The fact that there is significant transport of M3G over the basolateral membrane in the absence of murine Mrp3 shows that there is an additional transport system for M3G in the sinusoidal membrane of the hepatocyte. Because the liver is known to express many different transport proteins (Faber et al., 2003), this does not come as a surprise. The additional transport system shows up most prominently in the Mrp2^(-/-)Mrp3^(-/-) mice, in which it is responsible for the near normal urinary excretion of M3G. Two efflux transporters present at the basolateral membrane of hepatocytes are MRP1/Mrp1 and MRP4/Mrp4, which both have been shown to transport glucuronosyl-conjugates (Kruh and Belinsky, 2003). However, HEK293-UGT2B7 cells transiently transfected with hMRP4 do not efflux more M3G or M6G (data not shown). Moreover, 30 min after the administration of morphine, Mrp3^(-/-)Mrp4^(-/-) mice have M3G plasma levels similar to those of Mrp3^(-/-) mice (Fig. 4E), indicating that MRP4/Mrp4 does not contribute to basolateral transport of morphine-glucuronides from the liver. In contrast, the M3G efflux experiments with UGT2B7/hMRP1 coexpressing cells suggest that MRP1/Mrp1 might be responsible for the sinusoidal M3G backup system. Mrp1 is known to be present at low levels in the sinusoidal membrane of murine hepatocytes (Aleksunes et al., 2006; Roelofsen et al., 1997), which might explain the low capacity of M3G transport in the absence of Mrp3. By immunoblot analysis, we confirmed this for the mouse strains used in our study, and these low levels of Mrp1 did not vary between the genotypes tested (data not shown).

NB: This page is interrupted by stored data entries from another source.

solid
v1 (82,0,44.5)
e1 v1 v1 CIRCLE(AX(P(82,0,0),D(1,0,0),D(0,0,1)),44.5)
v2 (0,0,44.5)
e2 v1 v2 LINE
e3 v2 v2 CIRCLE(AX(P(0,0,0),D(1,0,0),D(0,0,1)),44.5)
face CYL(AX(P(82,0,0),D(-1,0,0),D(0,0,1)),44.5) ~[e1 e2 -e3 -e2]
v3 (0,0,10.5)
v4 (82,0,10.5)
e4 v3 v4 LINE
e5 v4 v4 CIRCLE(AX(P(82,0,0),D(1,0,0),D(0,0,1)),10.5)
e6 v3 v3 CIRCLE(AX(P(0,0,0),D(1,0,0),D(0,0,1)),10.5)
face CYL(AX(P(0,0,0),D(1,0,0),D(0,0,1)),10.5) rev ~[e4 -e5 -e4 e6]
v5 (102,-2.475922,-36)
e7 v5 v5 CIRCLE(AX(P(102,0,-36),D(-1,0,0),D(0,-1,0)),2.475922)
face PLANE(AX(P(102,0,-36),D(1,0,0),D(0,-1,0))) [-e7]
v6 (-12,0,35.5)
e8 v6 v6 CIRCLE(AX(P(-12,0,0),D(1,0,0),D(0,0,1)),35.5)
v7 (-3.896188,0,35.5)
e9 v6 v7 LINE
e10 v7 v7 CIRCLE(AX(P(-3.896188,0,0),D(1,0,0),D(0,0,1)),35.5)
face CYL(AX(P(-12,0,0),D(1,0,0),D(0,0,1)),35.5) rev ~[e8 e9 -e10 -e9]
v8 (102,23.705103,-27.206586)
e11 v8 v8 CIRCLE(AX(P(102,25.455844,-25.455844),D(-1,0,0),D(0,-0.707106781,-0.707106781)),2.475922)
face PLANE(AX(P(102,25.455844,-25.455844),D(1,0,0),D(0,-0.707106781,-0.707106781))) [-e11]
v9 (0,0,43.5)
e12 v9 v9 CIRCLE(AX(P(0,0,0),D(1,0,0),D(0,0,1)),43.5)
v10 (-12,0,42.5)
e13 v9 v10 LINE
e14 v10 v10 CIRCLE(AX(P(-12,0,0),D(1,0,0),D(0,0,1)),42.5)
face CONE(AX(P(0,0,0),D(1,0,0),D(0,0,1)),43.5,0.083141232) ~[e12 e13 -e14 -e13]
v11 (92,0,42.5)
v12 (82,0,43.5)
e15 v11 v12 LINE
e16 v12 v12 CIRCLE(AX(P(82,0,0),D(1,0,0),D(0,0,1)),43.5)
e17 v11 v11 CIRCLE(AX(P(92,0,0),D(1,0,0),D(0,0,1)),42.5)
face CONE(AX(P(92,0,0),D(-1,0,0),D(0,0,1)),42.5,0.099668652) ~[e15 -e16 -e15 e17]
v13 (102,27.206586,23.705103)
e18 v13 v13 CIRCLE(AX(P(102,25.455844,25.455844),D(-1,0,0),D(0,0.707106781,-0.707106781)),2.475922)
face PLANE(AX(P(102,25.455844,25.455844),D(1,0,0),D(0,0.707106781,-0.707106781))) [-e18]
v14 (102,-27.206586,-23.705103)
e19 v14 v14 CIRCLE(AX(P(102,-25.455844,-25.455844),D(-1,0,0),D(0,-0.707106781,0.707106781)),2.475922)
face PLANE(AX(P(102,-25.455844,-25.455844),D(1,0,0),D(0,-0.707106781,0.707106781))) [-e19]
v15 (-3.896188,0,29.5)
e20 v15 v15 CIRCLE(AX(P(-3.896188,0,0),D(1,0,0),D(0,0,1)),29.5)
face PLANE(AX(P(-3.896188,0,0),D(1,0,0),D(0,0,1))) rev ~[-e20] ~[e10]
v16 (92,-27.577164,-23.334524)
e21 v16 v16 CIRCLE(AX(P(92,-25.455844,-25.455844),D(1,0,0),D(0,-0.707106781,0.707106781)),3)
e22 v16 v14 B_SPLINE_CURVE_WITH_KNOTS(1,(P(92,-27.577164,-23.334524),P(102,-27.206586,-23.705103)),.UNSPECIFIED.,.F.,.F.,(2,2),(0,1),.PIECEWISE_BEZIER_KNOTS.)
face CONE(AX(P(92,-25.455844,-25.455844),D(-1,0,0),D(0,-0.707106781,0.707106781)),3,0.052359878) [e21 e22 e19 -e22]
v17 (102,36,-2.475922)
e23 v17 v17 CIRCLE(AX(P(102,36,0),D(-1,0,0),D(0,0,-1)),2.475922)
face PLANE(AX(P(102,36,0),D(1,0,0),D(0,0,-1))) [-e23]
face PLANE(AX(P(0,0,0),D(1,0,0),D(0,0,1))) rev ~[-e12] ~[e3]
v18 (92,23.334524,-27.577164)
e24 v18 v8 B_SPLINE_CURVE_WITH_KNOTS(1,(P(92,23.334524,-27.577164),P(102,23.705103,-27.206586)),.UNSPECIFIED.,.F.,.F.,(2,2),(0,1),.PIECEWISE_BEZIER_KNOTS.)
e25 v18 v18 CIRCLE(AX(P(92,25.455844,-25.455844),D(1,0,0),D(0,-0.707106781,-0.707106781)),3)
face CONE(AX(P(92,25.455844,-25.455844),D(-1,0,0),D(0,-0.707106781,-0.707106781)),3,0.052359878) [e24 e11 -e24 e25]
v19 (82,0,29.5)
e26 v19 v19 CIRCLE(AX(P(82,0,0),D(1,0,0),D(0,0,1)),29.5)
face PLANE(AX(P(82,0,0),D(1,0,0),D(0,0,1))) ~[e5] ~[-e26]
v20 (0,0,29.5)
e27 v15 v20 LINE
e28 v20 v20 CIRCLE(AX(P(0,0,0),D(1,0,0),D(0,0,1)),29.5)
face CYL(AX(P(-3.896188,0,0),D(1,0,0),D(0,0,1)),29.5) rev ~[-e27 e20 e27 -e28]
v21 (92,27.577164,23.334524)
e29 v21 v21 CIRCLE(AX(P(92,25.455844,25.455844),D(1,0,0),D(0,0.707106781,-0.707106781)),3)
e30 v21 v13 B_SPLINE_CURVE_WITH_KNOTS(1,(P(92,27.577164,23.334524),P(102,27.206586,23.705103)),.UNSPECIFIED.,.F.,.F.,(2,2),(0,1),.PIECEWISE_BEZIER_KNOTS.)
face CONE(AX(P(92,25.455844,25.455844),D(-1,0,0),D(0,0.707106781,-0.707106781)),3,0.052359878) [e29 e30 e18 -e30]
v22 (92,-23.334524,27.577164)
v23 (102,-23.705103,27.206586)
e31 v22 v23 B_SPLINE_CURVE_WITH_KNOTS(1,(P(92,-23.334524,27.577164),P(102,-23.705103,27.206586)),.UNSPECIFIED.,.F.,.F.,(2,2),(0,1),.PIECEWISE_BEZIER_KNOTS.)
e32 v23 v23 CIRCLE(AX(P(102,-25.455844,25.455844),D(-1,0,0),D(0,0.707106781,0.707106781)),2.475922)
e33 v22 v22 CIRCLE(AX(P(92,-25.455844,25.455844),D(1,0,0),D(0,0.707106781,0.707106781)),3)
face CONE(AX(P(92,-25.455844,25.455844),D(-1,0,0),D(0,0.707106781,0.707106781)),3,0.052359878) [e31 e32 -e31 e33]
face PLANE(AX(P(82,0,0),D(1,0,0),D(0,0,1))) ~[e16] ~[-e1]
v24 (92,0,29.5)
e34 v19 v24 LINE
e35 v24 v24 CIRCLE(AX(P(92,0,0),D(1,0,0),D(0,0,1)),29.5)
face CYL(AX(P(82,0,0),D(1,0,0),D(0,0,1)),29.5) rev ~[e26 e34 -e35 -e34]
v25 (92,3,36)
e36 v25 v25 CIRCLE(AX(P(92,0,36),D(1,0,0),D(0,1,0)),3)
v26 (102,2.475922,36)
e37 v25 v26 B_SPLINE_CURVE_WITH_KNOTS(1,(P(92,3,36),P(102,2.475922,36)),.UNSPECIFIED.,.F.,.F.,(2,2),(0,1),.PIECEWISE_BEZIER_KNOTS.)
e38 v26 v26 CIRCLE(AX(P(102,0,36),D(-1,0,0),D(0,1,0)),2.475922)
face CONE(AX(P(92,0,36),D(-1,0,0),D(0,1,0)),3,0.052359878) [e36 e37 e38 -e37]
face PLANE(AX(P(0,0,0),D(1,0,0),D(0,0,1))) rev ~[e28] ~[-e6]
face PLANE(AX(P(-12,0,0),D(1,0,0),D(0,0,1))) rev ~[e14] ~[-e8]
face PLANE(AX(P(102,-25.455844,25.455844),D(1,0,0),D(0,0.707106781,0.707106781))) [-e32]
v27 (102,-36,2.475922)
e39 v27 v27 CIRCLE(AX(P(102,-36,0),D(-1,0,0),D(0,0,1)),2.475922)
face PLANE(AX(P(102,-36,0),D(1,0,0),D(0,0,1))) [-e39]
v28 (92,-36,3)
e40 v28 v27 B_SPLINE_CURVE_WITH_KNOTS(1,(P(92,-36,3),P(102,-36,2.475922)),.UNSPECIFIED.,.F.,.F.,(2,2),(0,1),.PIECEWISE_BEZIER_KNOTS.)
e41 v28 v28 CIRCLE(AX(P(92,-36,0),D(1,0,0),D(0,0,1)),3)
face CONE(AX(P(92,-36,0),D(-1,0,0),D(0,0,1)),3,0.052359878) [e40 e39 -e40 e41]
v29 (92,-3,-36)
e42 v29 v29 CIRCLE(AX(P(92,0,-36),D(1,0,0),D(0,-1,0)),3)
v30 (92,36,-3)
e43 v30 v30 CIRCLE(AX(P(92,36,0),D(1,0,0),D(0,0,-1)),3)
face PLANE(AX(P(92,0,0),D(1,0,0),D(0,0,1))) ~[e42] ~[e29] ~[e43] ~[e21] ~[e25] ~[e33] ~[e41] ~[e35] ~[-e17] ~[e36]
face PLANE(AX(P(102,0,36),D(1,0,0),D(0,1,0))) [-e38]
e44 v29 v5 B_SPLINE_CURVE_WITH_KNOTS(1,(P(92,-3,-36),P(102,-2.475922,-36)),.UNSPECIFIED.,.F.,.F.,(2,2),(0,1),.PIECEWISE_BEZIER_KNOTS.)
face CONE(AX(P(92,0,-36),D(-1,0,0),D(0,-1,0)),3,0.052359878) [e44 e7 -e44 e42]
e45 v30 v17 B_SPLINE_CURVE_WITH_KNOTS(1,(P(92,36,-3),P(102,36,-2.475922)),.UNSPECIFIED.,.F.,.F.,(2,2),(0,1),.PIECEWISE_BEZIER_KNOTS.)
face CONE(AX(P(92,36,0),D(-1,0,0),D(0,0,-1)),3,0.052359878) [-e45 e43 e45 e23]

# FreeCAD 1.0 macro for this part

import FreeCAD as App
import Part
import Sketcher

V = App.Vector


def add_polygon(sketch, points):
    """Adds a closed chain of lines whose ends are joined by coincident constraints."""
    first, n = sketch.GeometryCount, len(points)
    for a, b in zip(points, points[1:] + points[:1]):
        sketch.addGeometry(Part.LineSegment(App.Vector(*a, 0), App.Vector(*b, 0)), False)
    for i in range(n):
        sketch.addConstraint(Sketcher.Constraint("Coincident", first + i, 2, first + (i + 1) % n, 1))

doc = App.newDocument("Part")
params = doc.addObject("Spreadsheet::Sheet", "Params")
for row, (alias, value) in enumerate([
    ("sketch1_width", "82 mm"),
    ("sketch1_width2", "10 mm"),
    ("sketch1_height", "19 mm"),
    ("sketch1_height2", "13 mm"),
    ("sketch1_height3", "1 mm"),
    ("revolution_angle", "360 deg"),
    ("sketch2_diameter", "6 mm"),
    ("pad1_length", "10 mm"),
    ("pad1_taper", "-3 deg"),
], start=1):
    params.set(f"A{row}", alias)
    params.set(f"B{row}", "=" + value)
    params.setAlias(f"B{row}", alias)

body = doc.addObject("PartDesign::Body", "Body")

sketch1 = body.newObject("Sketcher::SketchObject", "Sketch")
sketch1.AttachmentSupport = (doc.getObject("XY_Plane"), [""])
sketch1.MapMode = "FlatFace"
add_polygon(sketch1, [(0, 10.5), (82, 10.5), (82, 29.5), (92, 29.5), (92, 42.5), (82, 43.5), (82, 44.5), (0, 44.5), (0, 43.5), (-12, 42.5), (-12, 35.5), (-3.9, 35.5), (-3.9, 29.5), (0, 29.5)])
sketch1.addConstraint(Sketcher.Constraint("Horizontal", 0))
sketch1.addConstraint(Sketcher.Constraint("Vertical", 1))
sketch1.addConstraint(Sketcher.Constraint("Horizontal", 2))
sketch1.addConstraint(Sketcher.Constraint("Vertical", 3))
sketch1.addConstraint(Sketcher.Constraint("Vertical", 5))
sketch1.addConstraint(Sketcher.Constraint("Horizontal", 6))
sketch1.addConstraint(Sketcher.Constraint("Vertical", 7))
sketch1.addConstraint(Sketcher.Constraint("Vertical", 9))
sketch1.addConstraint(Sketcher.Constraint("Horizontal", 10))
sketch1.addConstraint(Sketcher.Constraint("Vertical", 11))
sketch1.addConstraint(Sketcher.Constraint("Horizontal", 12))
sketch1.addConstraint(Sketcher.Constraint("Vertical", 13))
sketch1.addConstraint(Sketcher.Constraint("PointOnObject", 6, 2, -2))
sketch1.addConstraint(Sketcher.Constraint("PointOnObject", 12, 2, -2))
sketch1.addConstraint(Sketcher.Constraint("Horizontal", 4, 2, 7, 2))
sketch1.addConstraint(Sketcher.Constraint("Horizontal", 3, 2, 8, 2))
sketch1.addConstraint(Sketcher.Constraint("Horizontal", 2, 2, 11, 2))
sketch1.addConstraint(Sketcher.Constraint("Vertical", 1, 2, 4, 2))
sketch1.addConstraint(Sketcher.Constraint("DistanceX", 0, 1, 0, 2, 82.0))
sketch1.addConstraint(Sketcher.Constraint("DistanceX", 2, 1, 2, 2, 10.0))
sketch1.addConstraint(Sketcher.Constraint("DistanceY", 1, 1, 1, 2, 19.0))
sketch1.addConstraint(Sketcher.Constraint("DistanceY", 3, 1, 3, 2, 13.0))
sketch1.addConstraint(Sketcher.Constraint("DistanceY", 5, 1, 5, 2, 1.0))
sketch1.addConstraint(Sketcher.Constraint("DistanceY", 9, 2, 9, 1, 7.0))
sketch1.addConstraint(Sketcher.Constraint("DistanceX", 8, 2, -1, 1, 12.0))
sketch1.addConstraint(Sketcher.Constraint("DistanceY", 3, 2, 4, 2, 1.0))
sketch1.addConstraint(Sketcher.Constraint("DistanceY", -1, 1, 0, 2, 10.5))
sketch1.addConstraint(Sketcher.Constraint("DistanceX", 10, 1, 10, 2, 8.103812))
sketch1.setExpression("Constraints[32]", "Params.sketch1_width")
sketch1.setExpression("Constraints[33]", "Params.sketch1_width2")
sketch1.setExpression("Constraints[34]", "Params.sketch1_height")
sketch1.setExpression("Constraints[35]", "Params.sketch1_height2")
sketch1.setExpression("Constraints[36]", "Params.sketch1_height3")
revolution = body.newObject("PartDesign::Revolution", "Revolution")
revolution.Profile = sketch1
revolution.ReferenceAxis = (sketch1, ["H_Axis"])
revolution.setExpression("Angle", "Params.revolution_angle")

sketch2 = body.newObject("Sketcher::SketchObject", "Sketch001")
sketch2.AttachmentSupport = (doc.getObject("YZ_Plane"), [""])
sketch2.MapMode = "FlatFace"
sketch2.AttachmentOffset = App.Placement(V(0, 0, 92), App.Rotation())
sketch2.addGeometry(Part.Circle(V(36, 0, 0), V(0, 0, 1), 3), False)
sketch2.addConstraint(Sketcher.Constraint("PointOnObject", 0, 3, -1))
sketch2.addConstraint(Sketcher.Constraint("Diameter", 0, 6.0))
sketch2.addConstraint(Sketcher.Constraint("DistanceX", -1, 1, 0, 3, 36.0))
sketch2.setExpression("Constraints[1]", "Params.sketch2_diameter")
pad1 = body.newObject("PartDesign::Pad", "Pad")
pad1.Profile = sketch2
pad1.setExpression("Length", "Params.pad1_length")
pad1.setExpression("TaperAngle", "Params.pad1_taper")
doc.recompute()

polarpattern = body.newObject("PartDesign::PolarPattern", "PolarPattern")
polarpattern.Originals = [pad1]
polarpattern.Axis = (doc.getObject("X_Axis"), [""])
polarpattern.Angle = 360
polarpattern.Occurrences = 8
body.Tip = polarpattern

doc.recompute()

In conclusion, our results show that MRP2/Mrp2 and MRP3/Mrp3 are the major hepatic transporters involved in the extrusion of M3G into bile and plasma, respectively. There is, however, a low-capacity backup transport system present for M3G in the sinusoidal membrane of the hepatocyte, possibly MRP1/Mrp1. These backup systems may have evolved to deal with the wide spectrum of endogenous and exogenous anionic substrates that the hepatocyte faces and may also provide the liver with escape mechanisms in case one or more of the transport systems are blocked or overtaxed.